LMI-TensorrtLLM v12 (0.30.0)¶
T5 model family memory increase¶
We have observed slightly different behavior for the t5 model family compared to our previous v11 release (0.29.0). We have raised an issue with Tensorrt-LLM here. The change in behavior is likely due to how Tensorrt-LLM handles memory for the kv-cache.
Guidance¶
As a result, we recommend that you carefully tune the batch size and sequence length for your model. Configurations that previously worked on v11 may lead to Out-Of-Memory scenarios with v12.
T5 model family batch scheduler policy¶
We have noticed runtime issues when using the default batch_scheduler_policy
of max_utilization
for t5 models.
When this is combined with in-flight batching (the default), it leads to inference errors.
Guidance¶
We recommend users that are deploying t5 model variants to specify option.batch_scheduler_policy=guaranteed_no_evict
to ensure proper inference execution.
LMI-NeuronX v12 (0.30.0)¶
Legacy partition is removed¶
Before Neuron SDK version 2.18, it was necessary to load a safetensors model using Hugging Face on the CPU, save it as a pre-sharded version, and then load the model using NeuronAutoModel.

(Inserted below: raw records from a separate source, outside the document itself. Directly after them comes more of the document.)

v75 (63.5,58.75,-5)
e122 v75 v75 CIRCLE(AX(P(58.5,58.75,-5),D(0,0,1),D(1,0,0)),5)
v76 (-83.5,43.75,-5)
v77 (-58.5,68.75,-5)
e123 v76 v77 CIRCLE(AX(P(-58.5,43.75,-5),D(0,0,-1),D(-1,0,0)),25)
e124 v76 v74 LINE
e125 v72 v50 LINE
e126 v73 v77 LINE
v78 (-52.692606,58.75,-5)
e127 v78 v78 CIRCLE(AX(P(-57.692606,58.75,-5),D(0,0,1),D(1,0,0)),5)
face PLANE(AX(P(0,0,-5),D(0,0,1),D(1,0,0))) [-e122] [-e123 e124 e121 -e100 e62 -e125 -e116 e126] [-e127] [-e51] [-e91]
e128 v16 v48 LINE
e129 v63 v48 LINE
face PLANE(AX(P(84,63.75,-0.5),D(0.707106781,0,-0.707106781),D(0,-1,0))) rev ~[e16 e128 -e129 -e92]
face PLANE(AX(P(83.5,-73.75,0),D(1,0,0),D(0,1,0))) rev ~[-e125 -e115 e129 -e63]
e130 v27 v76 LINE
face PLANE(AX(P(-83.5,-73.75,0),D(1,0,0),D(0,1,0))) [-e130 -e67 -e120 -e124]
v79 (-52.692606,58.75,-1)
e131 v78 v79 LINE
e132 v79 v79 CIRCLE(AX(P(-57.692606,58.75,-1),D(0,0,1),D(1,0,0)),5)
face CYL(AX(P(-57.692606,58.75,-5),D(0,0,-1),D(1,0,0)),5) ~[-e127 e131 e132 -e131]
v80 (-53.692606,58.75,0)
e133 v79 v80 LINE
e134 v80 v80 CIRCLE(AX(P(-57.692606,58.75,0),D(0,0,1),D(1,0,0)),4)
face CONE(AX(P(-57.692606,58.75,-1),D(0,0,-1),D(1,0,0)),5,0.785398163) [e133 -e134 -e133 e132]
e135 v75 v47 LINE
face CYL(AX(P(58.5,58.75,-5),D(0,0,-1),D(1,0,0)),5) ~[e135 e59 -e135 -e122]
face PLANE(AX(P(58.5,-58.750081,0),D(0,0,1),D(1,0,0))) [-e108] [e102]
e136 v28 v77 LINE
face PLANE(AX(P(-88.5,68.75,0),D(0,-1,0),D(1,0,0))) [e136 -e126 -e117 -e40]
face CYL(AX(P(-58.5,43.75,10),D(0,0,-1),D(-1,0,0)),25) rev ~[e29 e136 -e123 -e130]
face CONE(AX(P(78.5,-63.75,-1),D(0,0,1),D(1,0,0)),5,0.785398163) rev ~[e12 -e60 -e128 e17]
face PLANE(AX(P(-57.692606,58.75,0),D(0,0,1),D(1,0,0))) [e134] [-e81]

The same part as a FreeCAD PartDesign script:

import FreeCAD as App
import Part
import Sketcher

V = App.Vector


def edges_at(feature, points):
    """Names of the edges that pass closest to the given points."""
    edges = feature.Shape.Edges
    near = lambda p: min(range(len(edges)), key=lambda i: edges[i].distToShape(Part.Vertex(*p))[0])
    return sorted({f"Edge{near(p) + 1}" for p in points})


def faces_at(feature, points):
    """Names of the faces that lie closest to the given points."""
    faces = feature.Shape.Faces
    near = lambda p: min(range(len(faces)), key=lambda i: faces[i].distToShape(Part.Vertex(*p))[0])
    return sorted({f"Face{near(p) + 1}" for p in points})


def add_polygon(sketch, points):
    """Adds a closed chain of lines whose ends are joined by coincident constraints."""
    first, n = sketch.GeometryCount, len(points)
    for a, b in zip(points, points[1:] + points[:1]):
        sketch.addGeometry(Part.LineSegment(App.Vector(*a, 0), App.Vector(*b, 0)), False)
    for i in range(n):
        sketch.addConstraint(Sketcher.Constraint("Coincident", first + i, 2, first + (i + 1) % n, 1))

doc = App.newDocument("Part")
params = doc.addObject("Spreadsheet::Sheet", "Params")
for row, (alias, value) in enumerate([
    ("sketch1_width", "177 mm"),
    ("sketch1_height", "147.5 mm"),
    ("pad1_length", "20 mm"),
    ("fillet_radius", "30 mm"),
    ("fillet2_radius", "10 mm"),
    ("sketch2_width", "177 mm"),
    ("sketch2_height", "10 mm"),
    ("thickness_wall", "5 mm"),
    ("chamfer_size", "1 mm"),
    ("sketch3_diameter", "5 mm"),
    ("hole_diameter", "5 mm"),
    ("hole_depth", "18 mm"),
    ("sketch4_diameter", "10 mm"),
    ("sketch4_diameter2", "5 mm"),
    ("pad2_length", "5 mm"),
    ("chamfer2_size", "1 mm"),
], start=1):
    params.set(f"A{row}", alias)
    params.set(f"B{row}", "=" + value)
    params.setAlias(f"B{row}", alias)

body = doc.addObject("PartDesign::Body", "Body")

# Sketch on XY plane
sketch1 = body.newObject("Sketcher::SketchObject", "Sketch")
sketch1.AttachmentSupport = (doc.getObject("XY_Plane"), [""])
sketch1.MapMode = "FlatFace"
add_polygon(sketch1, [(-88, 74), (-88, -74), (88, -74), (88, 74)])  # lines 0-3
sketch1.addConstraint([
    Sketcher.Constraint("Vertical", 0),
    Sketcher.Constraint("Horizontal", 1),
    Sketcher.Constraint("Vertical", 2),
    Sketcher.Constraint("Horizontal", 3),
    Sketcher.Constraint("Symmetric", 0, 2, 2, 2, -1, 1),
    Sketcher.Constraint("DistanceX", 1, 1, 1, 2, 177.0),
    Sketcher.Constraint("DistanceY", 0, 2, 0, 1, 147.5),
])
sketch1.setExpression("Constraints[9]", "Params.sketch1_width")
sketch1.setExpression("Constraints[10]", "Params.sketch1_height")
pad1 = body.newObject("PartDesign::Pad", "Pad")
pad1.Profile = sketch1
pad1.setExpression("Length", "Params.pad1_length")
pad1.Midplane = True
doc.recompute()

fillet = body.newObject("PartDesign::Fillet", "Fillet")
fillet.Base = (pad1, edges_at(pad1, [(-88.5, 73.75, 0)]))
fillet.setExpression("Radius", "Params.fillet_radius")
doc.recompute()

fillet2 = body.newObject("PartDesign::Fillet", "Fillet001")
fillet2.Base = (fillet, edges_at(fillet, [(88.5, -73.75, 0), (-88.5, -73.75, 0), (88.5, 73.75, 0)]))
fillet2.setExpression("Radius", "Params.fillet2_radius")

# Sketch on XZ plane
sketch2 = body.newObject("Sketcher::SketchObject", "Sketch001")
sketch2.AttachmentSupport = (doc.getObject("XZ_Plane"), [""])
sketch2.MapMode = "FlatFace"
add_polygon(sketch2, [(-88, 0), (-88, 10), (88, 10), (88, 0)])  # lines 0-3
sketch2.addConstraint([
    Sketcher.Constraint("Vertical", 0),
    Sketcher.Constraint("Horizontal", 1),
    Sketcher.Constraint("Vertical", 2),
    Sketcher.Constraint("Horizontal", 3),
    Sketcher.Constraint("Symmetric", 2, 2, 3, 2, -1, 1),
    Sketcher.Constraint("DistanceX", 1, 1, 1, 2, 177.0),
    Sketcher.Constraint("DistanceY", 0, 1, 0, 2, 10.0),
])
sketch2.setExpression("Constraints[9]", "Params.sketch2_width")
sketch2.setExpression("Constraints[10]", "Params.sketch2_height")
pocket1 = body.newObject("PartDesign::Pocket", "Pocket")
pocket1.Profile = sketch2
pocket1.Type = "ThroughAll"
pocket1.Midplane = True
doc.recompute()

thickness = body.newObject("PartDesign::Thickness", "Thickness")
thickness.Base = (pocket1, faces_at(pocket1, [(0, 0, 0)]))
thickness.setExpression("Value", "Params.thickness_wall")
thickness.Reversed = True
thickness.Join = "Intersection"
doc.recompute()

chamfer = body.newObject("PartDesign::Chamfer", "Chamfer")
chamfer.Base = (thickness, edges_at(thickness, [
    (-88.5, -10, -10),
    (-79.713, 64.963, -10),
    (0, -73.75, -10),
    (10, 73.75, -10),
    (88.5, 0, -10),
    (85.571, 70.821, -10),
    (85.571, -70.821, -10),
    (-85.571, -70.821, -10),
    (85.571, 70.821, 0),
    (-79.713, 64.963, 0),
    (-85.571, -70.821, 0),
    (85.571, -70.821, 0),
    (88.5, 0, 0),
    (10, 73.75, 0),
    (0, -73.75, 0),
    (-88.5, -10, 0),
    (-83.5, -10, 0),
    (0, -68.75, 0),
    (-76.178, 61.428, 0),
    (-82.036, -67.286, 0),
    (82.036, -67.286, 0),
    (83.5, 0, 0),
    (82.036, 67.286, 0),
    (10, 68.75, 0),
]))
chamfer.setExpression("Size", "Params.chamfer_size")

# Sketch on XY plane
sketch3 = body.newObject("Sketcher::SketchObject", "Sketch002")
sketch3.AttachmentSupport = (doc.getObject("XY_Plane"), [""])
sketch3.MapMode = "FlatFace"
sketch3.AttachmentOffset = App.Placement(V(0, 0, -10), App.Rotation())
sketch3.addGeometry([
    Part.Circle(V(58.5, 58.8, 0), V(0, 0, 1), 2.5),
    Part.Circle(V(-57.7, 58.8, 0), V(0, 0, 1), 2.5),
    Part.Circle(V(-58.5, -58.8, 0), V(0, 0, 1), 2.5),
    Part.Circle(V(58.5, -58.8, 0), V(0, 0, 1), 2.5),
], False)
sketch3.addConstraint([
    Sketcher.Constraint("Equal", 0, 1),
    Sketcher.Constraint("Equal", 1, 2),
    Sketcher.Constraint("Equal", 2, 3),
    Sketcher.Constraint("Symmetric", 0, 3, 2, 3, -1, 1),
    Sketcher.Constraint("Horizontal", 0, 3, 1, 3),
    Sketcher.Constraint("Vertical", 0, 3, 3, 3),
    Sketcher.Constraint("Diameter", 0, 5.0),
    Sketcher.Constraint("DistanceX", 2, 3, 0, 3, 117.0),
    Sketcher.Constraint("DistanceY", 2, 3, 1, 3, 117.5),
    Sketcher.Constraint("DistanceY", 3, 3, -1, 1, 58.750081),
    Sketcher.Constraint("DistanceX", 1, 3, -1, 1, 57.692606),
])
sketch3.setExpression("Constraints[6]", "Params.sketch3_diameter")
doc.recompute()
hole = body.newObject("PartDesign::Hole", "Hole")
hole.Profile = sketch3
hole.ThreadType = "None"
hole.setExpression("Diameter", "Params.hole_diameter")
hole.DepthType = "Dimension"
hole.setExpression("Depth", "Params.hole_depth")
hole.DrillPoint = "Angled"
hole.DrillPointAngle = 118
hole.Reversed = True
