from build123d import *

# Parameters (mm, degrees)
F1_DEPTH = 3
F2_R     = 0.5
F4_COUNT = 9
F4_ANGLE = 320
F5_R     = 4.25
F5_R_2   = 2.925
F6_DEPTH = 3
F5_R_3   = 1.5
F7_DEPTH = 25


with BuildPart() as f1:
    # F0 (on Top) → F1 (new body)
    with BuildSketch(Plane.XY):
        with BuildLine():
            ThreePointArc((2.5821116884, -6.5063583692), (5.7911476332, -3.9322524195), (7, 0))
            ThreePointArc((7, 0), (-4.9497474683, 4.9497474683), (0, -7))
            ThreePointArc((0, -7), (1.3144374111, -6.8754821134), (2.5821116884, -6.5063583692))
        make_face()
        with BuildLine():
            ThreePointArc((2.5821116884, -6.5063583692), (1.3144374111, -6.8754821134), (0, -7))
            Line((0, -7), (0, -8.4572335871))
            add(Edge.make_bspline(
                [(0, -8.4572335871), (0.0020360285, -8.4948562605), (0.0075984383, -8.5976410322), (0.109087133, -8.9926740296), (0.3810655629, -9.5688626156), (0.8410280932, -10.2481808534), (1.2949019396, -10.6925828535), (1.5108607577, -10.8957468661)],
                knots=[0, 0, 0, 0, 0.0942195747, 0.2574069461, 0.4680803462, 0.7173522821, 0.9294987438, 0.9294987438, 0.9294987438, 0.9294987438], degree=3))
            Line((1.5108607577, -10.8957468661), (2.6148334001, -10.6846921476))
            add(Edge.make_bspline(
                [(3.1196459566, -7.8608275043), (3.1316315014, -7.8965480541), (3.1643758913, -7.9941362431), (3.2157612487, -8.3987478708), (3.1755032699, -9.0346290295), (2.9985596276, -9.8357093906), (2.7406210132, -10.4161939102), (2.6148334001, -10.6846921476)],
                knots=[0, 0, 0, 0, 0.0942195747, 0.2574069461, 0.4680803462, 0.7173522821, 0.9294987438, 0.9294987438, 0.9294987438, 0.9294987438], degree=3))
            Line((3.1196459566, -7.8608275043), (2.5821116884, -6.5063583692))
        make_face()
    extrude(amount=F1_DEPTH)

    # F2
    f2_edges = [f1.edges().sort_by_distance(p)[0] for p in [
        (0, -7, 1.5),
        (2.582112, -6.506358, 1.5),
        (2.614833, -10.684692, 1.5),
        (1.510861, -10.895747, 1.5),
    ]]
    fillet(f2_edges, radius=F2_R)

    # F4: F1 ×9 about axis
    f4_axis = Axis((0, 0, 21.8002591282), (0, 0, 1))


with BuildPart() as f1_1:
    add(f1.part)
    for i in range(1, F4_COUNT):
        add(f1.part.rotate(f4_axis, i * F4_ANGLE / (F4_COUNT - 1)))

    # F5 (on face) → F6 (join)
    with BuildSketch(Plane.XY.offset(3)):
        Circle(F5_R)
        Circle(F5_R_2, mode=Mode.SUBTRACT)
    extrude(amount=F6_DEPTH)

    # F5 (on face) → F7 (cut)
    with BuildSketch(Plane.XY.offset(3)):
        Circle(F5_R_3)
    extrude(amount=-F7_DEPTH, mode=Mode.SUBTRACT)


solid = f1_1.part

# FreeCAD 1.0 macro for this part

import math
import FreeCAD as App
import Part
import Sketcher


def edges_at(feature, points):
    """Names of the edges that pass closest to the given points."""
    edges = feature.Shape.Edges
    near = lambda p: min(range(len(edges)), key=lambda i: edges[i].distToShape(Part.Vertex(*p))[0])
    return sorted({f"Edge{near(p) + 1}" for p in points})

doc = App.newDocument("Part")
params = doc.addObject("Spreadsheet::Sheet", "Params")
for row, (alias, value) in enumerate([
    ("sketch1_radius", "7 mm"),
    ("pad1_length", "3 mm"),
    ("fillet_radius", "0.5 mm"),
    ("sketch2_diameter", "8.5 mm"),
    ("sketch2_diameter2", "5.85 mm"),
    ("pad2_length", "3 mm"),
    ("sketch3_diameter", "3 mm"),
    ("pocket1_length", "25 mm"),
], start=1):
    params.set(f"A{row}", alias)
    params.set(f"B{row}", "=" + value)
    params.setAlias(f"B{row}", alias)

body = doc.addObject("PartDesign::Body", "Body")

# Sketch on XY plane
sketch1 = body.newObject("Sketcher::SketchObject", "Sketch")
sketch1.AttachmentSupport = (doc.getObject("XY_Plane"), [""])
sketch1.MapMode = "FlatFace"
sketch1.addGeometry([
    Part.ArcOfCircle(Part.Circle(App.Vector(0, 0, 0), App.Vector(0, 0, 1), 7), math.radians(-68.353865), math.radians(0)),  # 0
    Part.ArcOfCircle(Part.Circle(App.Vector(0, 0, 0), App.Vector(0, 0, 1), 7), math.radians(0), math.radians(270)),  # 1
    Part.LineSegment(App.Vector(0, -7, 0), App.Vector(0, -8.457234, 0)),  # 2
    Part.BSplineCurve([App.Vector(0, -8.457234, 0), App.Vector(0.002036, -8.494856, 0), App.Vector(0.007598, -8.597641, 0), App.Vector(0.109087, -8.992674, 0), App.Vector(0.381066, -9.568863, 0), App.Vector(0.841028, -10.248181, 0), App.Vector(1.294902, -10.692583, 0), App.Vector(1.510861, -10.895747, 0)], [4, 1, 1, 1, 1, 4], [0, 0.094219575, 0.257406946, 0.468080346, 0.717352282, 0.929498744], False, 3, [1, 1, 1, 1, 1, 1, 1, 1], False),  # 3
    Part.LineSegment(App.Vector(1.510861, -10.895747, 0), App.Vector(2.614833, -10.684692, 0)),  # 4
    Part.BSplineCurve([App.Vector(3.119646, -7.860828, 0), App.Vector(3.131632, -7.896548, 0), App.Vector(3.164376, -7.994136, 0), App.Vector(3.215761, -8.398748, 0), App.Vector(3.175503, -9.034629, 0), App.Vector(2.99856, -9.835709, 0), App.Vector(2.740621, -10.416194, 0), App.Vector(2.614833, -10.684692, 0)], [4, 1, 1, 1, 1, 4], [0, 0.094219575, 0.257406946, 0.468080346, 0.717352282, 0.929498744], False, 3, [1, 1, 1, 1, 1, 1, 1, 1], False),  # 5
    Part.LineSegment(App.Vector(3.119646, -7.860828, 0), App.Vector(2.582112, -6.506358, 0)),  # 6
], False)
sketch1.addConstraint([
    Sketcher.Constraint("Block", 3),
    Sketcher.Constraint("Block", 5),
    Sketcher.Constraint("Tangent", 0, 2, 1, 1),
    Sketcher.Constraint("Coincident", 1, 2, 2, 1),
    Sketcher.Constraint("Coincident", 2, 2, 3, 1),
    Sketcher.Constraint("Coincident", 3, 2, 4, 1),
    Sketcher.Constraint("Coincident", 4, 2, 5, 2),
    Sketcher.Constraint("Coincident", 5, 1, 6, 1),
    Sketcher.Constraint("Coincident", 6, 2, 0, 1),
    Sketcher.Constraint("Vertical", 2),
    Sketcher.Constraint("Coincident", 0, 3, -1, 1),
    Sketcher.Constraint("Equal", 0, 1),
    Sketcher.Constraint("PointOnObject", 0, 2, -1),
    Sketcher.Constraint("Radius", 0, 7.0),
    Sketcher.Constraint("DistanceX", -1, 1, 6, 2, 2.582112),
])
sketch1.setExpression("Constraints[13]", "Params.sketch1_radius")
pad1 = body.newObject("PartDesign::Pad", "Pad")
pad1.Profile = sketch1
pad1.setExpression("Length", "Params.pad1_length")
doc.recompute()

fillet = body.newObject("PartDesign::Fillet", "Fillet")
fillet.Base = (pad1, edges_at(pad1, [
    (0, -7, 1.5),
    (2.582, -6.506, 1.5),
    (2.615, -10.685, 1.5),
    (1.511, -10.896, 1.5),
]))
fillet.setExpression("Radius", "Params.fillet_radius")
body2 = doc.addObject("PartDesign::Body", "Body001")
doc.recompute()

body2.BaseFeature = body
doc.recompute()

body3 = doc.addObject("PartDesign::Body", "Body002")
body3.BaseFeature = body
body3.Placement = App.Placement(App.Vector(0, 0, 0), App.Rotation(App.Vector(0, 0, 1), 40))
boolean = body2.newObject("PartDesign::Boolean", "Boolean")
boolean.Type = "Fuse"
boolean.addObjects([body3])
doc.recompute()

body4 = doc.addObject("PartDesign::Body", "Body003")
body4.BaseFeature = body
body4.Placement = App.Placement(App.Vector(0, 0, 0), App.Rotation(App.Vector(0, 0, 1), 80))
boolean2 = body2.newObject("PartDesign::Boolean", "Boolean001")
boolean2.Type = "Fuse"
boolean2.addObjects([body4])
doc.recompute()

body5 = doc.addObject("PartDesign::Body", "Body004")
body5.BaseFeature = body
body5.Placement = App.Placement(App.Vector(0, 0, 0), App.Rotation(App.Vector(0, 0, 1), 120))
boolean3 = body2.newObject("PartDesign::Boolean", "Boolean002")
boolean3.Type = "Fuse"
boolean3.addObjects([body5])
doc.recompute()

body6 = doc.addObject("PartDesign::Body", "Body005")
body6.BaseFeature = body
body6.Placement = App.Placement(App.Vector(0, 0, 0), App.Rotation(App.Vector(0, 0, 1), 160))
boolean4 = body2.newObject("PartDesign::Boolean", "Boolean003")
boolean4.Type = "Fuse"
boolean4.addObjects([body6])
doc.recompute()

body7 = doc.addObject("PartDesign::Body", "Body006")
body7.BaseFeature = body
body7.Placement = App.Placement(App.Vector(0, 0, 0), App.Rotation(App.Vector(0, 0, 1), 200))
boolean5 = body2.newObject("PartDesign::Boolean", "Boolean004")
boolean5.Type = "Fuse"
boolean5.addObjects([body7])
doc.recompute()

body8 = doc.addObject("PartDesign::Body", "Body007")
body8.BaseFeature = body
body8.Placement = App.Placement(App.Vector(0, 0, 0), App.Rotation(App.Vector(0, 0, 1), 240))
boolean6 = body2.newObject("PartDesign::Boolean", "Boolean005")
boolean6.Type = "Fuse"
boolean6.addObjects([body8])
doc.recompute()

body9 = doc.addObject("PartDesign::Body", "Body008")
body9.BaseFeature = body
body9.Placement = App.Placement(App.Vector(0, 0, 0), App.Rotation(App.Vector(0, 0, 1), 280))
boolean7 = body2.newObject("PartDesign::Boolean", "Boolean006")
boolean7.Type = "Fuse"
boolean7.addObjects([body9])
doc.recompute()

body.Placement = App.Placement(App.Vector(0, 0, 0), App.Rotation(App.Vector(0, 0, 1), 320))
boolean8 = body2.newObject("PartDesign::Boolean", "Boolean007")
boolean8.Type = "Fuse"
boolean8.addObjects([body])

# Sketch on XY plane
sketch2 = body2.newObject("Sketcher::SketchObject", "Sketch001")
sketch2.AttachmentSupport = (doc.getObject("XY_Plane001"), [""])
sketch2.MapMode = "FlatFace"
sketch2.AttachmentOffset = App.Placement(App.Vector(0, 0, 3), App.Rotation())
sketch2.addGeometry([
    Part.Circle(App.Vector(0, 0, 0), App.Vector(0, 0, 1), 4.25),
    Part.Circle(App.Vector(0, 0, 0), App.Vector(0, 0, 1), 2.925),
], False)
sketch2.addConstraint([
    Sketcher.Constraint("Coincident", 0, 3, -1, 1),
    Sketcher.Constraint("Coincident", 1, 3, -1, 1),
    Sketcher.Constraint("Diameter", 0, 8.5),
    Sketcher.Constraint("Diameter", 1, 5.85),
])
sketch2.setExpression("Constraints[2]", "Params.sketch2_diameter")
sketch2.setExpression("Constraints[3]", "Params.sketch2_diameter2")
pad2 = body2.newObject("PartDesign::Pad", "Pad001")
pad2.Profile = sketch2
pad2.setExpression("Length", "Params.pad2_length")

# Sketch on XY plane
sketch3 = body2.newObject("Sketcher::SketchObject", "Sketch002")
sketch3.AttachmentSupport = (doc.getObject("XY_Plane001"), [""])
sketch3.MapMode = "FlatFace"
sketch3.AttachmentOffset = App.Placement(App.Vector(0, 0, 3), App.Rotation())
sketch3.addGeometry(Part.Circle(App.Vector(0, 0, 0), App.Vector(0, 0, 1), 1.5), False)
sketch3.addConstraint([
    Sketcher.Constraint("Coincident", 0, 3, -1, 1),
    Sketcher.Constraint("Diameter", 0, 3.0),
])
sketch3.setExpression("Constraints[1]", "Params.sketch3_diameter")
pocket1 = body2.newObject("PartDesign::Pocket", "Pocket")
pocket1.Profile = sketch3
pocket1.setExpression("Length", "Params.pocket1_length")

doc.recompute()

Starting with Neuron SDK version 2.18, this step is no longer needed. In our code, although we have been loading the safetensors format on the CPU and loading them, the split_model_path is not used anywhere when using the safetensors format. Since we moved to Neuron SDK version 2.20.1, legacy partition is no longer needed.
Guidance¶
You no longer need to specify a partition schema, as the LMI container can deduce it for you using our auto-detection partition schema. If you don't use option.partition_schema, this change does not affect you. If you do, consider making use of our auto-detection partition schema, safetensors, or Optimum.